Capt. Chet Jennings assists in "Snook Poaching Bust"
By Capt. Dave Markett 

Please join me in extending thanks and a "Job Well Done" salute to FGA Active Member and FGA BOD candidate, Capt. Chet Jennings of Ruskin, FL ([email protected]) 

Capt. Chet saw the weather forecast for Friday and knew snook would be incapacitated at best. He called the FWC / DLE regional office in Tampa and requested an Officer to accompany him on a cold morning visit to known snook hangouts. 

Capt. Fred Everson, FGA Active Member also of Ruskin, decided to go along on this trip and brought his Camcorder for good measure. Despite the freezing weather and bone chilling ride, the group visited several locations known to be cold water snook refuges. 
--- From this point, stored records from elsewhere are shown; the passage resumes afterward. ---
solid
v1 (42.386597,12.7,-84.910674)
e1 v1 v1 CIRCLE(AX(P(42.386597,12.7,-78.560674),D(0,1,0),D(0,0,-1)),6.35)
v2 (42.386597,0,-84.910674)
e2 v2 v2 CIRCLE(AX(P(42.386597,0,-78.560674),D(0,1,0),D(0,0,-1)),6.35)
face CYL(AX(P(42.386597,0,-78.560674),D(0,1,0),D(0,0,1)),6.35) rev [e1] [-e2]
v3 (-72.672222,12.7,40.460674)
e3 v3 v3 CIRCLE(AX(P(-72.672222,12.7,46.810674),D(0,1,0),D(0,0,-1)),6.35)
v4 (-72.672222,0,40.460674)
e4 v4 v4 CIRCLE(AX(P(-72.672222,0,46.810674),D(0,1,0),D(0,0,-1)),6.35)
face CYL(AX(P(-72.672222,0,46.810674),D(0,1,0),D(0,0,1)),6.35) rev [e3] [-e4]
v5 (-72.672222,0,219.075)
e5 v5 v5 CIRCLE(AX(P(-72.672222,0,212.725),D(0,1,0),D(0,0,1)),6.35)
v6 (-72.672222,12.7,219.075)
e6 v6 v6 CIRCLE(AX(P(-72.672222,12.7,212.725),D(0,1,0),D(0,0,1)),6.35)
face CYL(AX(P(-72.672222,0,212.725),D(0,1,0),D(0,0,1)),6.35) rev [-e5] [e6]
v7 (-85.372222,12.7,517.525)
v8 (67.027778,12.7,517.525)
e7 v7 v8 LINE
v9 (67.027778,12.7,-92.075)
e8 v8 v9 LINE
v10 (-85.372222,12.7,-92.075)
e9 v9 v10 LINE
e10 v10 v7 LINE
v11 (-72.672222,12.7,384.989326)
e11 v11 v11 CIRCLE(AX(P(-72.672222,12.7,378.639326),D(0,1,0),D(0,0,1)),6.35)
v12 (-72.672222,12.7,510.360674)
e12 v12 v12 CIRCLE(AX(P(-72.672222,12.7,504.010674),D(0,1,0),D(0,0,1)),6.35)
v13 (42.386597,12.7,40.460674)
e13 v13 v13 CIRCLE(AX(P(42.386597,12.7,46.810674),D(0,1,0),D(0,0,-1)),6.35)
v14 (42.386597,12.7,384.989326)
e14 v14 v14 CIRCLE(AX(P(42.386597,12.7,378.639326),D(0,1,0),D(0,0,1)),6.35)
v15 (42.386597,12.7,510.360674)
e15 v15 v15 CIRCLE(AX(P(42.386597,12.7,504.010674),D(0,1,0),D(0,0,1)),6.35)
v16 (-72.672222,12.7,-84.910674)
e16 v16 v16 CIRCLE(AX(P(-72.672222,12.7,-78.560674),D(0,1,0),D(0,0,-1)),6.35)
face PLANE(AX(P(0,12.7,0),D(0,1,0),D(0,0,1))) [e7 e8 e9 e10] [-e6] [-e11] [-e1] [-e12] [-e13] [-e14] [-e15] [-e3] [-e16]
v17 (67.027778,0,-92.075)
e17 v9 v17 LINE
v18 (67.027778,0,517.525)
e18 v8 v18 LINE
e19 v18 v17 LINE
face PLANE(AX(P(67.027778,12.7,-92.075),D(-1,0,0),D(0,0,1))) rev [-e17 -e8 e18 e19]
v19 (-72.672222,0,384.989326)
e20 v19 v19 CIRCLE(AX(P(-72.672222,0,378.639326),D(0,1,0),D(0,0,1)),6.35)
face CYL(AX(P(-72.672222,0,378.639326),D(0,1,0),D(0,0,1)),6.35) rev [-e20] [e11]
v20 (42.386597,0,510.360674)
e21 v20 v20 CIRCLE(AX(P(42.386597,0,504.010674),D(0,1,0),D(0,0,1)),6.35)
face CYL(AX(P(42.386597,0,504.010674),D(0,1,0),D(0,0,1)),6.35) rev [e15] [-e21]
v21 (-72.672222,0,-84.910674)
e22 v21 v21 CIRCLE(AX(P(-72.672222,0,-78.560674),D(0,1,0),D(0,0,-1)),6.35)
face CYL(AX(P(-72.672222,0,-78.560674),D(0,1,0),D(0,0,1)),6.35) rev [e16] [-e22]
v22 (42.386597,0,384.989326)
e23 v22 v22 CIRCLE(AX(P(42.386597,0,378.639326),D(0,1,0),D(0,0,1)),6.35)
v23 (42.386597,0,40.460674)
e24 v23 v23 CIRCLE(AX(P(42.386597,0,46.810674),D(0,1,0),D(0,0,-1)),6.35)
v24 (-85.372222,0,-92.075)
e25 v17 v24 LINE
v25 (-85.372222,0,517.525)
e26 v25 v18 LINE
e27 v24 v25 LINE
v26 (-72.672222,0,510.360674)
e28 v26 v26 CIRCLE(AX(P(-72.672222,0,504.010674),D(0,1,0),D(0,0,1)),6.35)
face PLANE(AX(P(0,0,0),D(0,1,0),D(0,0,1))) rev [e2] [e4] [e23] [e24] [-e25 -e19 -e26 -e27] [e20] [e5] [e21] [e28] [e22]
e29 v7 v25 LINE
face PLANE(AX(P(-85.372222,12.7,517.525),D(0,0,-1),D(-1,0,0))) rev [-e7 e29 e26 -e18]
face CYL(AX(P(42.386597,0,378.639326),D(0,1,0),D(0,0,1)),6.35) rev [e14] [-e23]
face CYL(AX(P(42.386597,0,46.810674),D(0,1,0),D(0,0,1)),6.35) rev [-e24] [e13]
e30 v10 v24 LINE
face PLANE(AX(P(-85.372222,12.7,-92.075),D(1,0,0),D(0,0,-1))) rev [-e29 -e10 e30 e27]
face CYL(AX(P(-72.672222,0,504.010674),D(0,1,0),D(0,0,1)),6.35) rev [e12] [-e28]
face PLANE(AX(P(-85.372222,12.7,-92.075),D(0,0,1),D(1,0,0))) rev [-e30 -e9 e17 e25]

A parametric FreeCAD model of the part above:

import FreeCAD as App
import Part
import Sketcher

V = App.Vector
Q = App.Units.Quantity


def add_polygon(sketch, points):
    """Adds a closed chain of lines whose ends are joined by coincident constraints."""
    first, n = sketch.GeometryCount, len(points)
    for a, b in zip(points, points[1:] + points[:1]):
        sketch.addGeometry(Part.LineSegment(App.Vector(*a, 0), App.Vector(*b, 0)), False)
    for i in range(n):
        sketch.addConstraint(Sketcher.Constraint("Coincident", first + i, 2, first + (i + 1) % n, 1))

doc = App.newDocument("Part")
params = doc.addObject("Spreadsheet::Sheet", "Params")
for row, (alias, value) in enumerate([
    ("sketch1_width", "6 in"),
    ("sketch1_height", "24 in"),
    ("pad1_length", "0.5 in"),
    ("sketch2_diameter", "0.5 in"),
    ("pocket1_length", "0.5 in"),
], start=1):
    params.set(f"A{row}", alias)
    params.set(f"B{row}", "=" + value)
    params.setAlias(f"B{row}", alias)

body = doc.addObject("PartDesign::Body", "Body")

# Sketch on XZ plane
sketch1 = doc.addObject("Sketcher::SketchObject", "Sketch")
body.addObject(sketch1)
sketch1.AttachmentSupport = (doc.XZ_Plane, [""])
sketch1.MapMode = "FlatFace"
add_polygon(sketch1, [(-85, -92), (-85, 518), (67, 518), (67, -92)])  # lines 0-3
sketch1.addConstraint([
    Sketcher.Constraint("Vertical", 0),
    Sketcher.Constraint("Horizontal", 1),
    Sketcher.Constraint("Vertical", 2),
    Sketcher.Constraint("Horizontal", 3),
    Sketcher.Constraint("DistanceX", 1, 1, 1, 2, Q("6 in")),
    Sketcher.Constraint("DistanceY", 0, 1, 0, 2, Q("24 in")),
    Sketcher.Constraint("DistanceY", -1, 1, 0, 2, Q("20.375 in")),
    Sketcher.Constraint("DistanceX", 0, 2, -1, 1, Q("85.372222 mm")),
])
sketch1.setExpression("Constraints[8]", "Params.sketch1_width")
sketch1.setExpression("Constraints[9]", "Params.sketch1_height")
pad1 = doc.addObject("PartDesign::Pad", "Pad")
body.addObject(pad1)
pad1.Profile = sketch1
pad1.setExpression("Length", "Params.pad1_length")
pad1.Reversed = True

# Sketch on XZ plane
sketch2 = doc.addObject("Sketcher::SketchObject", "Sketch001")
body.addObject(sketch2)
sketch2.AttachmentSupport = (doc.XZ_Plane, [""])
sketch2.MapMode = "FlatFace"
sketch2.AttachmentOffset = App.Placement(V(0, 0, -0.5 * 25.4), App.Rotation())
sketch2.addGeometry([
    Part.Circle(V(-73, 213, 0), V(0, 0, 1), 6),  # 0
    Part.Circle(V(-73, 379, 0), V(0, 0, 1), 6),  # 1
    Part.Circle(V(-73, 504, 0), V(0, 0, 1), 6),  # 2
    Part.Circle(V(42, 504, 0), V(0, 0, 1), 6),  # 3
    Part.Circle(V(42, 379, 0), V(0, 0, 1), 6),  # 4
    Part.Circle(V(42, 47, 0), V(0, 0, 1), 6),  # 5
    Part.Circle(V(42, -79, 0), V(0, 0, 1), 6),  # 6
    Part.Circle(V(-73, 47, 0), V(0, 0, 1), 6),  # 7
    Part.Circle(V(-73, -79, 0), V(0, 0, 1), 6),  # 8
], False)
sketch2.addConstraint([
    Sketcher.Constraint("Equal", 0, 1),
    Sketcher.Constraint("Equal", 1, 2),
    Sketcher.Constraint("Equal", 2, 3),
    Sketcher.Constraint("Equal", 3, 4),
    Sketcher.Constraint("Equal", 4, 5),
    Sketcher.Constraint("Equal", 5, 6),
    Sketcher.Constraint("Equal", 6, 7),
    Sketcher.Constraint("Equal", 7, 8),
    Sketcher.Constraint("Horizontal", 2, 3, 3, 3),
    Sketcher.Constraint("Horizontal", 1, 3, 4, 3),
    Sketcher.Constraint("Horizontal", 5, 3, 7, 3),
    Sketcher.Constraint("Horizontal", 6, 3, 8, 3),
    Sketcher.Constraint("Vertical", 0, 3, 1, 3),
    Sketcher.Constraint("Vertical", 1, 3, 2, 3),
    Sketcher.Constraint("Vertical", 3, 3, 4, 3),
    Sketcher.Constraint("Vertical", 4, 3, 5, 3),
    Sketcher.Constraint("Vertical", 5, 3, 6, 3),
    Sketcher.Constraint("Vertical", 2, 3, 7, 3),
    Sketcher.Constraint("Vertical", 7, 3, 8, 3),
    Sketcher.Constraint("Diameter", 0, Q("0.5 in")),
    Sketcher.Constraint("DistanceY", 5, 3, 3, 3, Q("18 in")),
    Sketcher.Constraint("DistanceY", 6, 3, 4, 3, Q("18 in")),
    Sketcher.Constraint("DistanceY", -1, 1, 0, 3, Q("8.375 in")),
    Sketcher.Constraint("DistanceY", 1, 3, 2, 3, Q("125.371348 mm")),
    Sketcher.Constraint("DistanceX", 2, 3, 3, 3, Q("115.058819 mm")),
    Sketcher.Constraint("DistanceX", 0, 3, -1, 1, Q("72.672222 mm")),
    Sketcher.Constraint("DistanceY", -1, 1, 1, 3, Q("378.639326 mm")),
])
sketch2.setExpression("Constraints[19]", "Params.sketch2_diameter")
pocket1 = doc.addObject("PartDesign::Pocket", "Pocket")
body.addObject(pocket1)
pocket1.Profile = sketch2
pocket1.setExpression("Length", "Params.pocket1_length")
pocket1.Reversed = True

doc.recompute()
Sure enough, after passing a snook hole and moving on, the trio returned a few minutes later to find a commercial fishing vessel with foot high numbers anchored on the hole just vacated. The occupant was throwing a castnet into this deep water. Cameras rolling, Capt. Chet and crew approached the boat to find the fellow dumping dead snook overboard. 
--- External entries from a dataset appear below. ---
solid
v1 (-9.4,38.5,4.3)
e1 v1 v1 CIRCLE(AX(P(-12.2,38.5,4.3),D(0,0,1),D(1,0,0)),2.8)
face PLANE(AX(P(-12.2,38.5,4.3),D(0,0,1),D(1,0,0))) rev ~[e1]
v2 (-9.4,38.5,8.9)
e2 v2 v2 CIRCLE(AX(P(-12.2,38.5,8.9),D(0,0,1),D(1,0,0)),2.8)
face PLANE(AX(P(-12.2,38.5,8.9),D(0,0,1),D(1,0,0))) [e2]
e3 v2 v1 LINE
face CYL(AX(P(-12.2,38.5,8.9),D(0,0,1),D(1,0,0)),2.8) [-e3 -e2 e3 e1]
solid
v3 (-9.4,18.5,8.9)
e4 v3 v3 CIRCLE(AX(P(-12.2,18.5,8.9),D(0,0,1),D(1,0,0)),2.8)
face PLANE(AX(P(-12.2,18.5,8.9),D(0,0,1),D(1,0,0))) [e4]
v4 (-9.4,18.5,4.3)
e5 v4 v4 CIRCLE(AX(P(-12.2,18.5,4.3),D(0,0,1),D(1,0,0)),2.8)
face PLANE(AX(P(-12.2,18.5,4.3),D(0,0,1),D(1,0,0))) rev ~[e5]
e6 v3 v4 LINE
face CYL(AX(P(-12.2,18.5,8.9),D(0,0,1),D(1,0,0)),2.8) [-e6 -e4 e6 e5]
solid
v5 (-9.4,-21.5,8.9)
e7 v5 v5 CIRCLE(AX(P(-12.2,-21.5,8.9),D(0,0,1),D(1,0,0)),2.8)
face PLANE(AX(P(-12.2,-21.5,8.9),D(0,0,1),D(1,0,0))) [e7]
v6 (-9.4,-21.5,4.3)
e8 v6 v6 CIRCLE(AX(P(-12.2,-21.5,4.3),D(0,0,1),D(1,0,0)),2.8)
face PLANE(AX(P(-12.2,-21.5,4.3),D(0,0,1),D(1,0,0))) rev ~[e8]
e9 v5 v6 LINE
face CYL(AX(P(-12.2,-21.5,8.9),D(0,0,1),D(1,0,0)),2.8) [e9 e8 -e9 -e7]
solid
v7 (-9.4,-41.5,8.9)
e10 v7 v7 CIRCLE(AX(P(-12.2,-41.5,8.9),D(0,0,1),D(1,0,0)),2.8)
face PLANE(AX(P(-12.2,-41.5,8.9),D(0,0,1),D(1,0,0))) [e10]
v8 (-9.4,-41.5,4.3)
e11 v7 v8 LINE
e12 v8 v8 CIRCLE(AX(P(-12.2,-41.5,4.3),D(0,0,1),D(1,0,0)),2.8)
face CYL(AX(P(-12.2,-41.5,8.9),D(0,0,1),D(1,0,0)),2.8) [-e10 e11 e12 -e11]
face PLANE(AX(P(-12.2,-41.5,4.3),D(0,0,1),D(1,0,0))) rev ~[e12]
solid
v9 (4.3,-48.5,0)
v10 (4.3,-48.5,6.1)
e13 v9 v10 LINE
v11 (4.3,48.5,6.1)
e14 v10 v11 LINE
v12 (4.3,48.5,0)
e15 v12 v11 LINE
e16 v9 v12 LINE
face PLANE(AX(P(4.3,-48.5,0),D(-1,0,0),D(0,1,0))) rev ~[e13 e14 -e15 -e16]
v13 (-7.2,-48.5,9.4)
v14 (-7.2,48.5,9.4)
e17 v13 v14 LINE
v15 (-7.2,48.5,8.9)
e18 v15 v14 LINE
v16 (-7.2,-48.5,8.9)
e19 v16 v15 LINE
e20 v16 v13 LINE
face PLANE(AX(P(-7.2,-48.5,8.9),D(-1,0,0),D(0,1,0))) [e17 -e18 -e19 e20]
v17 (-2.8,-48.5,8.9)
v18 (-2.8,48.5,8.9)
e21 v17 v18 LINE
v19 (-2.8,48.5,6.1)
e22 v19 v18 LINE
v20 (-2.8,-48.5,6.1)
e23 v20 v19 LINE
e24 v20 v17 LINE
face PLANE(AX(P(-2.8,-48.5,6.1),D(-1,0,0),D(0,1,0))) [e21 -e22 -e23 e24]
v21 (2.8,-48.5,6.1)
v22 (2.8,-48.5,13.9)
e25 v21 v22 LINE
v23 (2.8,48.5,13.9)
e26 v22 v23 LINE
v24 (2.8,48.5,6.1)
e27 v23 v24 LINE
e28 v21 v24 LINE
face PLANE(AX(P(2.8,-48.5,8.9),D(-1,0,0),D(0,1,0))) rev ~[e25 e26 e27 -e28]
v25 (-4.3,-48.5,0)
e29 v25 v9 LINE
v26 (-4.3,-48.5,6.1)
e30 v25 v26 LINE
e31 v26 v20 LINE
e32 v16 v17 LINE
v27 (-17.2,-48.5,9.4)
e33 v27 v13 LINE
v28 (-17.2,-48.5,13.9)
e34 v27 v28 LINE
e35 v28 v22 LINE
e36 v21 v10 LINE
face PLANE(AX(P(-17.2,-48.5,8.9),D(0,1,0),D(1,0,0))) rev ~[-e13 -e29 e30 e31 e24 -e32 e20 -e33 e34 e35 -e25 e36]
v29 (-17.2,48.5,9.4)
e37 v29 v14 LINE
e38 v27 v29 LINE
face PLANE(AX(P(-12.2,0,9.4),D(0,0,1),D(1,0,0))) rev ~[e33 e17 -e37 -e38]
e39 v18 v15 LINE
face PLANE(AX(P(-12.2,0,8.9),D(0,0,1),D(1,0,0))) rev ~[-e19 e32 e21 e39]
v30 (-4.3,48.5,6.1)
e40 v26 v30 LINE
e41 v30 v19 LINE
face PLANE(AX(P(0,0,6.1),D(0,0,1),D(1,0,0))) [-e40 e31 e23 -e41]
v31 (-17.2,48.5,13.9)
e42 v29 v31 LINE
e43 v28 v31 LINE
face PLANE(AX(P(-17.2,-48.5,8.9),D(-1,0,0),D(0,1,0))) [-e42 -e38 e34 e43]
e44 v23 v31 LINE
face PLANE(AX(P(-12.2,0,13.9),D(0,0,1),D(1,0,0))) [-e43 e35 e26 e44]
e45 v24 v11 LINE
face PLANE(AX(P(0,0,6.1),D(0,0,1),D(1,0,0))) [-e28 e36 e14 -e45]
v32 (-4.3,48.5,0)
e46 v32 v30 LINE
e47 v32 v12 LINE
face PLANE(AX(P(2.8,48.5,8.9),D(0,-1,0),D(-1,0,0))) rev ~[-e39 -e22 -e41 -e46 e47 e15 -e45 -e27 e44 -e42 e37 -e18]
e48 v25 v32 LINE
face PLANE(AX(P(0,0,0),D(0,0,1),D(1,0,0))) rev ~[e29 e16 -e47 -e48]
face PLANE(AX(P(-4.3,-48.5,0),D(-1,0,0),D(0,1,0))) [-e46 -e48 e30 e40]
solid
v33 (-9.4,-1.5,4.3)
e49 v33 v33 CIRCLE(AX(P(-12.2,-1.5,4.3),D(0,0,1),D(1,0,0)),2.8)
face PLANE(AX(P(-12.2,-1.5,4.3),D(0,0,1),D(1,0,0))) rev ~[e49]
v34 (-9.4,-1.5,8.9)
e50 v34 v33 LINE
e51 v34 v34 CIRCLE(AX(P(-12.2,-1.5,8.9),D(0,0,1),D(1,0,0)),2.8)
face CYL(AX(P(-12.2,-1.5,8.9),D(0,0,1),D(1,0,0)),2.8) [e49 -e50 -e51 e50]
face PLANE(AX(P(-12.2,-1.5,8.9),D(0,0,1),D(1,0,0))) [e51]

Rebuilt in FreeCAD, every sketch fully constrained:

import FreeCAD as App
import Part
import Sketcher

V = App.Vector
Q = App.Units.Quantity

doc = App.newDocument("Part")
body = doc.addObject("PartDesign::Body", "Body")

sketch1 = body.newObject("Sketcher::SketchObject", "Sketch")
sketch1.AttachmentSupport = (doc.getObject("XY_Plane"), [""])
sketch1.MapMode = "FlatFace"
sketch1.addGeometry([
    Part.LineSegment(V(-4, 48, 0), V(-4, -48, 0)),
    Part.LineSegment(V(-4, -48, 0), V(4, -48, 0)),
    Part.LineSegment(V(4, -48, 0), V(4, 48, 0)),
    Part.LineSegment(V(4, 48, 0), V(-4, 48, 0)),
], False)
sketch1.addConstraint([
    Sketcher.Constraint("Coincident", 0, 2, 1, 1),
    Sketcher.Constraint("Coincident", 1, 2, 2, 1),
    Sketcher.Constraint("Coincident", 2, 2, 3, 1),
    Sketcher.Constraint("Coincident", 3, 2, 0, 1),
    Sketcher.Constraint("Vertical", 0),
    Sketcher.Constraint("Horizontal", 1),
    Sketcher.Constraint("Vertical", 2),
    Sketcher.Constraint("Horizontal", 3),
    Sketcher.Constraint("Symmetric", 0, 2, 2, 2, -1, 1),
    Sketcher.Constraint("DistanceY", 0, 2, 0, 1, Q("97 mm")),
    Sketcher.Constraint("DistanceX", 1, 1, 1, 2, Q("8.6 mm")),
])
pad1 = body.newObject("PartDesign::Pad", "Pad")
pad1.Profile = sketch1
pad1.Length = 6.1

sketch2 = body.newObject("Sketcher::SketchObject", "Sketch001")
sketch2.AttachmentSupport = (doc.getObject("XY_Plane"), [""])
sketch2.MapMode = "FlatFace"
sketch2.AttachmentOffset = App.Placement(V(0, 0, 6.1), App.Rotation())
sketch2.addGeometry([
    Part.LineSegment(V(-3, 48, 0), V(-3, -48, 0)),
    Part.LineSegment(V(-3, -48, 0), V(3, -48, 0)),
    Part.LineSegment(V(3, -48, 0), V(3, 48, 0)),
    Part.LineSegment(V(3, 48, 0), V(-3, 48, 0)),
], False)
sketch2.addConstraint([
    Sketcher.Constraint("Coincident", 0, 2, 1, 1),
    Sketcher.Constraint("Coincident", 1, 2, 2, 1),
    Sketcher.Constraint("Coincident", 2, 2, 3, 1),
    Sketcher.Constraint("Coincident", 3, 2, 0, 1),
    Sketcher.Constraint("Vertical", 0),
    Sketcher.Constraint("Horizontal", 1),
    Sketcher.Constraint("Vertical", 2),
    Sketcher.Constraint("Horizontal", 3),
    Sketcher.Constraint("Symmetric", 0, 2, 2, 2, -1, 1),
    Sketcher.Constraint("DistanceY", 0, 2, 0, 1, Q("97 mm")),
    Sketcher.Constraint("DistanceX", 1, 1, 1, 2, Q("5.6 mm")),
])
pad2 = body.newObject("PartDesign::Pad", "Pad001")
pad2.Profile = sketch2
pad2.Length = 2.8

sketch3 = body.newObject("Sketcher::SketchObject", "Sketch002")
sketch3.AttachmentSupport = (doc.getObject("XY_Plane"), [""])
sketch3.MapMode = "FlatFace"
sketch3.AttachmentOffset = App.Placement(V(0, 0, 8.9), App.Rotation())
sketch3.addGeometry([
    Part.LineSegment(V(-17, 48, 0), V(-17, -48, 0)),
    Part.LineSegment(V(-17, -48, 0), V(3, -48, 0)),
    Part.LineSegment(V(3, -48, 0), V(3, 48, 0)),
    Part.LineSegment(V(3, 48, 0), V(-17, 48, 0)),
], False)
sketch3.addConstraint([
    Sketcher.Constraint("Coincident", 0, 2, 1, 1),
    Sketcher.Constraint("Coincident", 1, 2, 2, 1),
    Sketcher.Constraint("Coincident", 2, 2, 3, 1),
    Sketcher.Constraint("Coincident", 3, 2, 0, 1),
    Sketcher.Constraint("Vertical", 0),
    Sketcher.Constraint("Horizontal", 1),
    Sketcher.Constraint("Vertical", 2),
    Sketcher.Constraint("Horizontal", 3),
    Sketcher.Constraint("DistanceX", 1, 1, 1, 2, Q("20 mm")),
    Sketcher.Constraint("DistanceY", 0, 2, 0, 1, Q("97 mm")),
    Sketcher.Constraint("DistanceX", 0, 2, -1, 1, Q("17.2 mm")),
    Sketcher.Constraint("DistanceY", 0, 2, -1, 1, Q("48.5 mm")),
])
pad3 = body.newObject("PartDesign::Pad", "Pad002")
pad3.Profile = sketch3
pad3.Length = 5

sketch4 = body.newObject("Sketcher::SketchObject", "Sketch003")
sketch4.AttachmentSupport = (doc.getObject("XY_Plane"), [""])
sketch4.MapMode = "FlatFace"
sketch4.AttachmentOffset = App.Placement(V(0, 0, 8.9), App.Rotation())
sketch4.addGeometry([
    Part.LineSegment(V(-17, 48, 0), V(-17, -48, 0)),
    Part.LineSegment(V(-17, -48, 0), V(-7, -48, 0)),
    Part.LineSegment(V(-7, -48, 0), V(-7, 48, 0)),
    Part.LineSegment(V(-7, 48, 0), V(-17, 48, 0)),
], False)
sketch4.addConstraint([
    Sketcher.Constraint("Coincident", 0, 2, 1, 1),
    Sketcher.Constraint("Coincident", 1, 2, 2, 1),
    Sketcher.Constraint("Coincident", 2, 2, 3, 1),
    Sketcher.Constraint("Coincident", 3, 2, 0, 1),
    Sketcher.Constraint("Vertical", 0),
    Sketcher.Constraint("Horizontal", 1),
    Sketcher.Constraint("Vertical", 2),
    Sketcher.Constraint("Horizontal", 3),
    Sketcher.Constraint("DistanceX", 1, 1, 1, 2, Q("10 mm")),
    Sketcher.Constraint("DistanceY", 0, 2, 0, 1, Q("97 mm")),
    Sketcher.Constraint("DistanceX", 0, 2, -1, 1, Q("17.2 mm")),
    Sketcher.Constraint("DistanceY", 0, 2, -1, 1, Q("48.5 mm")),
])
pocket1 = body.newObject("PartDesign::Pocket", "Pocket")
pocket1.Profile = sketch4
pocket1.Length = 0.5
pocket1.Reversed = True
body2 = doc.addObject("PartDesign::Body", "Body001")
body2.AllowCompound = True

sketch5 = body2.newObject("Sketcher::SketchObject", "Sketch004")
sketch5.AttachmentSupport = (doc.getObject("XY_Plane001"), [""])
sketch5.MapMode = "FlatFace"
sketch5.AttachmentOffset = App.Placement(V(0, 0, 8.9), App.Rotation())
sketch5.addGeometry([
    Part.Circle(V(-12.2, 18.5, 0), V(0, 0, 1), 2.8),
    Part.Circle(V(-12.2, -1.5, 0), V(0, 0, 1), 2.8),
    Part.Circle(V(-12.2, -21.5, 0), V(0, 0, 1), 2.8),
    Part.Circle(V(-12.2, -41.5, 0), V(0, 0, 1), 2.8),
    Part.Circle(V(-12.2, 38.5, 0), V(0, 0, 1), 2.8),
], False)
sketch5.addConstraint([
    Sketcher.Constraint("Equal", 0, 1),
    Sketcher.Constraint("Equal", 1, 2),
    Sketcher.Constraint("Equal", 2, 3),
    Sketcher.Constraint("Equal", 3, 4),
    Sketcher.Constraint("Vertical", 0, 3, 1, 3),
    Sketcher.Constraint("Vertical", 1, 3, 2, 3),
    Sketcher.Constraint("Vertical", 2, 3, 3, 3),
    Sketcher.Constraint("Vertical", 3, 3, 4, 3),
    Sketcher.Constraint("Diameter", 0, Q("5.6 mm")),
    Sketcher.Constraint("DistanceY", 1, 3, 0, 3, Q("20 mm")),
    Sketcher.Constraint("DistanceY", 2, 3, 1, 3, Q("20 mm")),
    Sketcher.Constraint("DistanceY", 3, 3, 2, 3, Q("20 mm")),
    Sketcher.Constraint("DistanceY", 0, 3, 4, 3, Q("20 mm")),
    Sketcher.Constraint("DistanceX", 0, 3, -1, 1, Q("12.2 mm")),
    Sketcher.Constraint("DistanceY", -1, 1, 0, 3, Q("18.5 mm")),
])
pad4 = body2.newObject("PartDesign::Pad", "Pad003")
pad4.Profile = sketch5
pad4.Length = 4.6
pad4.Reversed = True

doc.recompute()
The Officer onboard did his job, made his case and the equipment was confiscated and taken to the Gandy Blvd. FWC / DLE compound. The fellow was escorted to the Orient Road Booking Center. 

Capt Chet's comment? "You know this was going on everywhere. I decided to try it just this once and we made a case. FWC / DLE Officers cannot possibly know these waters like guides or poachers do. I knew how to get into and out of the hidden holes and we easily found a poacher at work. Working with Law Enforcement could really make a difference for all of us." 

Right ON, Capt Chet !! 

Thanks for your dedication and involvement. 

T<---->Lines
Kozlow


----------